▶

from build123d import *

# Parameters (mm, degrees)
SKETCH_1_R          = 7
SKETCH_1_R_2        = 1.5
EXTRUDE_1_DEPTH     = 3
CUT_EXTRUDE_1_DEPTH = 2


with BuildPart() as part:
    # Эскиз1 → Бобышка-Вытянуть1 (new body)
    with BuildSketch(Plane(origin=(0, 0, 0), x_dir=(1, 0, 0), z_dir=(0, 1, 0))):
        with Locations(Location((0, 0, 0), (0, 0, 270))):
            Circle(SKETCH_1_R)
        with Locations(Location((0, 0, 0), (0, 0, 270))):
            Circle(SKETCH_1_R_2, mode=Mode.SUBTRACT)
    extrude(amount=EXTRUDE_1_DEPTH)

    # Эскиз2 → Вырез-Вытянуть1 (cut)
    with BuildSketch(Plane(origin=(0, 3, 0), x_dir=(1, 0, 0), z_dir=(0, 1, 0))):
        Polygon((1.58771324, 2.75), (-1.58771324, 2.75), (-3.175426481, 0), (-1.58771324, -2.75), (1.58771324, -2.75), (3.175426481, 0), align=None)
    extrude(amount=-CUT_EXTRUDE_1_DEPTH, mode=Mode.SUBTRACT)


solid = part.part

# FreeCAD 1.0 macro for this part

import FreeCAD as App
import Part
import Sketcher
from FreeCAD import Vector
Q = App.Units.Quantity


def add_polygon(sketch, points):
    """Adds a closed chain of lines whose ends are joined by coincident constraints."""
    first, n = sketch.GeometryCount, len(points)
    for a, b in zip(points, points[1:] + points[:1]):
        sketch.addGeometry(Part.LineSegment(App.Vector(*a, 0), App.Vector(*b, 0)), False)
    for i in range(n):
        sketch.addConstraint(Sketcher.Constraint("Coincident", first + i, 2, first + (i + 1) % n, 1))

doc = App.newDocument("Part")
body = doc.addObject("PartDesign::Body", "Body")

# Sketch on XZ plane
sketch1 = body.newObject("Sketcher::SketchObject", "Sketch")
sketch1.AttachmentSupport = (doc.getObject("XZ_Plane"), [""])
sketch1.MapMode = "FlatFace"
sketch1.addGeometry([
    Part.Circle(Vector(0, 0, 0), Vector(0, 0, 1), 7),
    Part.Circle(Vector(0, 0, 0), Vector(0, 0, 1), 1.5),
], False)
sketch1.addConstraint([
    Sketcher.Constraint("Coincident", 0, 3, -1, 1),
    Sketcher.Constraint("Coincident", 1, 3, -1, 1),
    Sketcher.Constraint("Diameter", 0, 14.0),
    Sketcher.Constraint("Diameter", 1, 3.0),
])
pad1 = body.newObject("PartDesign::Pad", "Pad")
pad1.Profile = sketch1
pad1.Length = 3
pad1.Reversed = True

# Sketch on XZ plane
sketch2 = body.newObject("Sketcher::SketchObject", "Sketch001")
sketch2.AttachmentSupport = (doc.getObject("XZ_Plane"), [""])
sketch2.MapMode = "FlatFace"
sketch2.AttachmentOffset = App.Placement(Vector(0, 0, -3), App.Rotation())
add_polygon(sketch2, [(1.6, -2.8), (-1.6, -2.8), (-3.2, 0), (-1.6, 2.8), (1.6, 2.8), (3.2, 0)])  # lines 0-5
sketch2.addConstraint([
    Sketcher.Constraint("Horizontal", 0),
    Sketcher.Constraint("Horizontal", 3),
    Sketcher.Constraint("Symmetric", 0, 2, 3, 2, -1, 1),
    Sketcher.Constraint("Symmetric", 1, 2, 4, 2, -1, 1),
    Sketcher.Constraint("PointOnObject", 1, 2, -1),
    Sketcher.Constraint("Parallel", 2, 5),
    Sketcher.Constraint("Vertical", 0, 2, 2, 2),
    Sketcher.Constraint("Angle", 1, Q("120 deg")),
    Sketcher.Constraint("DistanceY", 0, 2, 2, 2, 5.5),
    Sketcher.Constraint("DistanceX", 0, 2, 0, 1, 3.175426),
])
pocket1 = body.newObject("PartDesign::Pocket", "Pocket")
pocket1.Profile = sketch2
pocket1.Length = 2
pocket1.Reversed = True

doc.recompute()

◀

REQUIRED WORK → Go through the listing above and locate each line that holds the word "with". Copy those lines.

RESULT OF THE TASK →
with BuildPart() as part:
    with BuildSketch(Plane(origin=(0, 0, 0), x_dir=(1, 0, 0), z_dir=(0, 1, 0))):
        with Locations(Location((0, 0, 0), (0, 0, 270))):
        with Locations(Location((0, 0, 0), (0, 0, 270))):
    with BuildSketch(Plane(origin=(0, 3, 0), x_dir=(1, 0, 0), z_dir=(0, 1, 0))):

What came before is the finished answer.